Cortland Evening Standard, Wednesday, May
20, 1896.
FIRE ON THE INDIANA.
Big Battleship's Narrow
Escape From Destruction.
HER COAL BUNKERS ABLAZE.
Fire Was In the Bunker Adjoining Her Magazines,
Where Enough Powder Was Stored to Blow Her to Atoms—No Damage Done.
NEW
YORK, May 20.—A bunkerful of soft coal caught fire by spontaneous combustion in
the big battleship Indiana as she lay
in the coal dock at the Brooklyn navy yard. Right next to the burning bunker was
the magazine for the 8-inch guns, stored with powder enough to blow the great
battleship out of the water and wreck half the navy yard beside.
The
crew was called to fire quarters, the few visitors aboard hustled ashore and warned
to give the ship a wide berth, and then, with a will and the cool rush of
well-trained men, the jack tars got to work upon the fire.
Its
heart was already a glowing mass and was momentarily growing more dangerous.
While
the fire fighters were getting their apparatus ready and battening down the
midship hatches a line of men was formed from the 8- inch magazine to the
13-inch on the deck forward, and the canisters of powder were passed rapidly from
hand to hand to new quarters remote from the heat and danger.
The fire
itself was fought with water and steam, and after the powder had been removed
was speedily extinguished.
During initial sea trials, the Indiana achieved speeds of 15 ½ knots but had trouble with her gun turrets when they came loose and swung across the deck in heavy seas. The ship almost “turtled.” The gun turrets were quickly lashed with heavy lines and the ship returned to port. The Indiana was then retrofitted with a locking system to hold the gun turrets to the bilge keel. The Massachusetts and Oregon had their turrets fitted in the same fashion
There were additional coal bunker fires on American ships during the 1890’s. Coal bunker fires were considered but rejected as a proximate cause of the Maine explosion by naval boards of inquiry.

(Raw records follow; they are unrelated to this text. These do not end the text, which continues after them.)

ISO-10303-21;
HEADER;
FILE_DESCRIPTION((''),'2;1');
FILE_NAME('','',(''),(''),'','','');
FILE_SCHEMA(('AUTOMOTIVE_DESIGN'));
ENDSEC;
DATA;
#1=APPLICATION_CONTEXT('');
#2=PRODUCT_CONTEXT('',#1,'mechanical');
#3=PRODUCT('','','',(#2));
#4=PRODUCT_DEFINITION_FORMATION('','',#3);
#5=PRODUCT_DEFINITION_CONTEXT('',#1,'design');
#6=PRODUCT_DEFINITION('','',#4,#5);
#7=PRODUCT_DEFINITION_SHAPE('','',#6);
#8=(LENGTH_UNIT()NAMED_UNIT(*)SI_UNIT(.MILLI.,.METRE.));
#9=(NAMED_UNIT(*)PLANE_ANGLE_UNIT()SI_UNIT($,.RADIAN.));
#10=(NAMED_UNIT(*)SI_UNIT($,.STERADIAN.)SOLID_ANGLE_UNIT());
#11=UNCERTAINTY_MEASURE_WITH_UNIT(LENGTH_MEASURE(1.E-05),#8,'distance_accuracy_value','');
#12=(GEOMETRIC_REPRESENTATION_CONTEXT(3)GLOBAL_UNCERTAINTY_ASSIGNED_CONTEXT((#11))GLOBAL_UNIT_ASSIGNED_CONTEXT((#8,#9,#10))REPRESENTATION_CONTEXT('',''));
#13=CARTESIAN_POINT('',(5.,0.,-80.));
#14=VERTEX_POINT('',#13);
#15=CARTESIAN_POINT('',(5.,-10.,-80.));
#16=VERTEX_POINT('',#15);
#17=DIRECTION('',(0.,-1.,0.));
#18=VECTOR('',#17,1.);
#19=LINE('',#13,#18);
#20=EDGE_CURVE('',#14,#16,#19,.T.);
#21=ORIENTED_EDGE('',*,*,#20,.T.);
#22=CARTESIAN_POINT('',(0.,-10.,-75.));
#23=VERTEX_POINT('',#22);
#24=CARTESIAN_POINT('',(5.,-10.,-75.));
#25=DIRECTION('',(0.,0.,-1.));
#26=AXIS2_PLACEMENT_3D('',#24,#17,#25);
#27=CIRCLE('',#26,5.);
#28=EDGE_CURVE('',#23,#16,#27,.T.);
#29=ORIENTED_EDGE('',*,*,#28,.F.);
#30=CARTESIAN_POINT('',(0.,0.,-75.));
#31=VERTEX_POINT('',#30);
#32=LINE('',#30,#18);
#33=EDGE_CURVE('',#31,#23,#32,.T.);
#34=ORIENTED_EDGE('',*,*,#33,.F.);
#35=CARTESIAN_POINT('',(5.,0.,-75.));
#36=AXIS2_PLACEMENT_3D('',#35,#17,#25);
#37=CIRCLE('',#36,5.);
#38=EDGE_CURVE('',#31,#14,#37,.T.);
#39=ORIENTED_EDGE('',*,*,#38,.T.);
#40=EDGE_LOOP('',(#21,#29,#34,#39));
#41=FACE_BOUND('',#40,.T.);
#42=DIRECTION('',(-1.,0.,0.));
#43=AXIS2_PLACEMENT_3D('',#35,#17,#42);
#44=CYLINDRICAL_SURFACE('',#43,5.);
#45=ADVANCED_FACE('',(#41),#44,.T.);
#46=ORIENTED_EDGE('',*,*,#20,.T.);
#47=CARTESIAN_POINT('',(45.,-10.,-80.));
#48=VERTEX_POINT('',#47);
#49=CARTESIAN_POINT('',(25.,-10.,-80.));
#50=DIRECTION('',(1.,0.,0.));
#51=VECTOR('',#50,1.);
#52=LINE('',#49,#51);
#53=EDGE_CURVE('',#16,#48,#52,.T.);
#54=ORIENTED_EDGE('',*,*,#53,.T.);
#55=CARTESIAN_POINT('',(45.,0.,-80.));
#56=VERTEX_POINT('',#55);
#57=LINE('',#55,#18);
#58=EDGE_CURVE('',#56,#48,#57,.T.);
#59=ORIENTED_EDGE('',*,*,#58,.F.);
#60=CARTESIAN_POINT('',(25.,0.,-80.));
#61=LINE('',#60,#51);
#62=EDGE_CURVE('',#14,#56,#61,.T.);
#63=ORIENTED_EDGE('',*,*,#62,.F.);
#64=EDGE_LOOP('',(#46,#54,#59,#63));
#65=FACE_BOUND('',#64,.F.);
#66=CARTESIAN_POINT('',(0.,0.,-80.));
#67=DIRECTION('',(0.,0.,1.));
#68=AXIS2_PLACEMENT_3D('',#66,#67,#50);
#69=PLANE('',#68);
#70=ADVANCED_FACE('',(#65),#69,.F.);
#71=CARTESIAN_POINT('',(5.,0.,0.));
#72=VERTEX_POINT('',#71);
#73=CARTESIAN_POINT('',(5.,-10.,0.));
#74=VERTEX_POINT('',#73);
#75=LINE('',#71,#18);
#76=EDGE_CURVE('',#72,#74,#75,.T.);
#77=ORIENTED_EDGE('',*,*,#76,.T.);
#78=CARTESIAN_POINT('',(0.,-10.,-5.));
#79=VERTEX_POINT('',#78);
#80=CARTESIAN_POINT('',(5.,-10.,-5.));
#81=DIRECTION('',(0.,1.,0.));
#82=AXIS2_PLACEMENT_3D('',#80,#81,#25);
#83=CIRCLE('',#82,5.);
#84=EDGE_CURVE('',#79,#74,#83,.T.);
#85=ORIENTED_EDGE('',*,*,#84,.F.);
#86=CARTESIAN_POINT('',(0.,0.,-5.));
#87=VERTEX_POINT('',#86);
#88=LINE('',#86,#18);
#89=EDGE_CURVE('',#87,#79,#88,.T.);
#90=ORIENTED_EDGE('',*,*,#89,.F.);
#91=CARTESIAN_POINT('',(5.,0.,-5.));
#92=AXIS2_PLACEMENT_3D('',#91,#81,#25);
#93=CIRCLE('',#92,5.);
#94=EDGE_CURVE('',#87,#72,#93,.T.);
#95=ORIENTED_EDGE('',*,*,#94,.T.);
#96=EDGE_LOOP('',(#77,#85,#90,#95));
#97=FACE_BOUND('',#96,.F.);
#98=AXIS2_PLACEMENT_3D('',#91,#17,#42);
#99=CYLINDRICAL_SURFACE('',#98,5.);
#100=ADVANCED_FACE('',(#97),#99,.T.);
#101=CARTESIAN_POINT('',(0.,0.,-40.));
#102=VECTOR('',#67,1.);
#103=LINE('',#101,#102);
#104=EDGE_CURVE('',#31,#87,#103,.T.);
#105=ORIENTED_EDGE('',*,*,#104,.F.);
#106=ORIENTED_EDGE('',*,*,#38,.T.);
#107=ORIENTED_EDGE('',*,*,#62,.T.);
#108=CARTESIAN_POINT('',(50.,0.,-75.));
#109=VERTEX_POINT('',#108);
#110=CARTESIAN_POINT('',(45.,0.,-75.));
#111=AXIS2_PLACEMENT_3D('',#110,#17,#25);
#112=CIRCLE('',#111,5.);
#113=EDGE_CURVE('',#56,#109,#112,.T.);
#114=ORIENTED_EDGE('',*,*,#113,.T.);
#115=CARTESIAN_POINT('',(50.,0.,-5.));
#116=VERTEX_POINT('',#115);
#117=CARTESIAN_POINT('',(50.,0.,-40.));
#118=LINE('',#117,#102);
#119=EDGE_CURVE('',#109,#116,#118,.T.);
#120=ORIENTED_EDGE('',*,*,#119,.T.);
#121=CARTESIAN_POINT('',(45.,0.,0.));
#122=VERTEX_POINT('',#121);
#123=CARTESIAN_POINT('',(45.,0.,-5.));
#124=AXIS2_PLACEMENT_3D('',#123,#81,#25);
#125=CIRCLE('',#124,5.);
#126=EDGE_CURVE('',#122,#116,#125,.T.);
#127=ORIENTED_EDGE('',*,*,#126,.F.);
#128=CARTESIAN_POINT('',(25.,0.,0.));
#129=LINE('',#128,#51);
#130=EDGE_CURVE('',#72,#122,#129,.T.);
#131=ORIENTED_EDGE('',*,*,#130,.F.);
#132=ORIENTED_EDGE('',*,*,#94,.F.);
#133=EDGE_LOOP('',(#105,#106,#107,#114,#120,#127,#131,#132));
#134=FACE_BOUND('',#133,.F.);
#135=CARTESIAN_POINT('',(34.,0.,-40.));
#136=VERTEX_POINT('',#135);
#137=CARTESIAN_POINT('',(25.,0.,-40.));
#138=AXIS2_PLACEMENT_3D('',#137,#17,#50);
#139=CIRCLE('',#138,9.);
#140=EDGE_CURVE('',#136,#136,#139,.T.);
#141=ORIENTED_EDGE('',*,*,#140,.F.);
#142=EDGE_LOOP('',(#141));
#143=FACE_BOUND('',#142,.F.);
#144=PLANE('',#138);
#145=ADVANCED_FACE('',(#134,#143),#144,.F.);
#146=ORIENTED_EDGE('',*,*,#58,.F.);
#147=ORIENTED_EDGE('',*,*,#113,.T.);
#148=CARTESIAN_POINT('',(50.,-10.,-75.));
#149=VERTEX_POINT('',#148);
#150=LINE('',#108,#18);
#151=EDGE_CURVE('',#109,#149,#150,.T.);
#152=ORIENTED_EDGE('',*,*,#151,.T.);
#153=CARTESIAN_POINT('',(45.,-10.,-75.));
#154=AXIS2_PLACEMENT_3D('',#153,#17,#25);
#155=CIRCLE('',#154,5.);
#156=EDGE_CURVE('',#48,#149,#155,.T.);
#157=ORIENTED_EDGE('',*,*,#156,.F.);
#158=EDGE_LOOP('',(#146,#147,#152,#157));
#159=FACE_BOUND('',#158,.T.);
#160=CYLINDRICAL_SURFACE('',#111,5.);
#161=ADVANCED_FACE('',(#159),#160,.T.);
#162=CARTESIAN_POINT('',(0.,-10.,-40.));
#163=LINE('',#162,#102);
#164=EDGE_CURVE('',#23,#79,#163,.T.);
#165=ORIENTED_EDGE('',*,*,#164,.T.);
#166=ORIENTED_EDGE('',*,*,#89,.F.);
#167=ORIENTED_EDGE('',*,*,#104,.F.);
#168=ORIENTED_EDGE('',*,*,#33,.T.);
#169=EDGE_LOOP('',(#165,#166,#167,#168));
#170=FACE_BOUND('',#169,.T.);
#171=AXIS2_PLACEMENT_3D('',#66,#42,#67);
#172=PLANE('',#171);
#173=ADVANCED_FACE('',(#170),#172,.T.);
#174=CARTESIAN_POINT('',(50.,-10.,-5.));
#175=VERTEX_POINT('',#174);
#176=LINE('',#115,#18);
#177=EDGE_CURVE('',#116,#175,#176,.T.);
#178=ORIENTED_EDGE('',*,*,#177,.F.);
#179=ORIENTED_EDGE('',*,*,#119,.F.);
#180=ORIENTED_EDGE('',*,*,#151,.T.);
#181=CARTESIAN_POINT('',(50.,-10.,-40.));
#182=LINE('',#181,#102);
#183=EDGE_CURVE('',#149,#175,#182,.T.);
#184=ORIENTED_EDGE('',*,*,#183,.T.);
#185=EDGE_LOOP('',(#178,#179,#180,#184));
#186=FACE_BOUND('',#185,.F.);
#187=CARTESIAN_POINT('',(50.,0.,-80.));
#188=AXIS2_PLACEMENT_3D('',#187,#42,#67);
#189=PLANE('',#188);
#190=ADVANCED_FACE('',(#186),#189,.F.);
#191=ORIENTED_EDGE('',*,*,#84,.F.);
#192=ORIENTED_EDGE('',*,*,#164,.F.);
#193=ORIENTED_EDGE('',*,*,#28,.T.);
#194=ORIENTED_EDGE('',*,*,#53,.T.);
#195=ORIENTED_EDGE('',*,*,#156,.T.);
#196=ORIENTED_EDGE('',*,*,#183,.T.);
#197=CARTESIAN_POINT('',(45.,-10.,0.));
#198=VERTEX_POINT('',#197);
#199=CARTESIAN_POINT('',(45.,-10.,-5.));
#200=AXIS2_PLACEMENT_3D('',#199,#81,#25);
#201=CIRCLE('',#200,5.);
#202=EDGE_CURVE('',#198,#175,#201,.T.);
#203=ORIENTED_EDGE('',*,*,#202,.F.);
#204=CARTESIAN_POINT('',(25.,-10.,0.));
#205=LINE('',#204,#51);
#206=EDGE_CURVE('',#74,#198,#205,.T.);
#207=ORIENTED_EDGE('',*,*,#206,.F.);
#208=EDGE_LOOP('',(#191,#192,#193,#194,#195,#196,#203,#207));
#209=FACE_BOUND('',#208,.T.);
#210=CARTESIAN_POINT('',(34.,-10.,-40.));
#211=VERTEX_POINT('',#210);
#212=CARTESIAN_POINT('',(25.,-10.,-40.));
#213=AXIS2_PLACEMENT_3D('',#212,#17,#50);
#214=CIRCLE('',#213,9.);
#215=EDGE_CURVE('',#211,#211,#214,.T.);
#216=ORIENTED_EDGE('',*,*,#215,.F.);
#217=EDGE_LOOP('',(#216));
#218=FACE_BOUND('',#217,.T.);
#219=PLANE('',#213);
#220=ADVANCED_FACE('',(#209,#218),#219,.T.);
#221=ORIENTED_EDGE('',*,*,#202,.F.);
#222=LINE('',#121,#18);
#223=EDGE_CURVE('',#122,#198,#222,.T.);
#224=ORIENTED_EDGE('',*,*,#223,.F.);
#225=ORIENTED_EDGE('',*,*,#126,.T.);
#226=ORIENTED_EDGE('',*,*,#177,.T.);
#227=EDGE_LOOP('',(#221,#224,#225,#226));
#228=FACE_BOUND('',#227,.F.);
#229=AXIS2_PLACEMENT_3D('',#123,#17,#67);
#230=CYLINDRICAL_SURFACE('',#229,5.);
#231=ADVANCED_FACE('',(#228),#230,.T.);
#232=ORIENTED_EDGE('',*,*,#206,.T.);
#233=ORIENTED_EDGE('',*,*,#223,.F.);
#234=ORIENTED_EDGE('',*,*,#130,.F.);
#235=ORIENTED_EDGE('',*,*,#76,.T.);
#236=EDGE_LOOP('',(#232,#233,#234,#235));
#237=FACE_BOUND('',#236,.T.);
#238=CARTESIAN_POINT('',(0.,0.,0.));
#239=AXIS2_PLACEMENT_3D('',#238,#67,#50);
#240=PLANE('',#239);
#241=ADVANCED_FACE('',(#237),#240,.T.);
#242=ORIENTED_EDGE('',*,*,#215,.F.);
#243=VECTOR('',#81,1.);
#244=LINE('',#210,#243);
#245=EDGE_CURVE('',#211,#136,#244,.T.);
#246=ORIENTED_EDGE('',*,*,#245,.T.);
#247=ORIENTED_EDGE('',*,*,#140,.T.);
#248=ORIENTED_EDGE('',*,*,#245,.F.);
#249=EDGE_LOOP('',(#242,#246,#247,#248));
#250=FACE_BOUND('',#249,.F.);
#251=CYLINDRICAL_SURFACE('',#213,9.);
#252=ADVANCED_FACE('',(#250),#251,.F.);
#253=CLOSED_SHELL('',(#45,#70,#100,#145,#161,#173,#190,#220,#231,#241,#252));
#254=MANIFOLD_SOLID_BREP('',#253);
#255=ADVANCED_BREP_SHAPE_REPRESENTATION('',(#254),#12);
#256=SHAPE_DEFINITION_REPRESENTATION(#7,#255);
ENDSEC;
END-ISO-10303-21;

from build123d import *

# Parameters (mm, degrees)
F0_W     = 50
F0_H     = 80
F1_DEPTH = 10
F2_R     = 9
F3_DEPTH = 10.001
F4_R     = 5


with BuildPart() as f1:
    # F0 (on Front) → F1 (new body)
    with BuildSketch(Plane.XZ):
        with Locations((25, -40)):
            Rectangle(F0_W, F0_H)
    extrude(amount=F1_DEPTH)

    # F2 (on face) → F3 (cut, through all)
    with BuildSketch(Plane.XZ.offset(10)):
        with Locations((25, -40)):
            Circle(F2_R)
    extrude(amount=-F3_DEPTH, mode=Mode.SUBTRACT)

    # F4
    f4_edges = [f1.edges().sort_by_distance(p)[0] for p in [
        (50, -5, 0),
        (0, -5, 0),
        (50, -5, -80),
        (0, -5, -80),
    ]]
    fillet(f4_edges, radius=F4_R)


solid = f1.part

“On February 15, 1898, the American battleship Maine exploded while sitting in Havana harbor, killing two officers and 250 enlisted men. Fourteen of the injured later died, bringing the death total to 266. A naval board of inquiry concluded that the blast was caused by a mine placed outside the ship.” Louis Fisher, April 4, 2009, Destruction of the Maine (1898).
In 1976 Admiral H. G. Rickover, after a study of more than two years, published How the Battleship Maine Was Destroyed. He concluded that the explosion was internal--not caused by a mine or torpedo.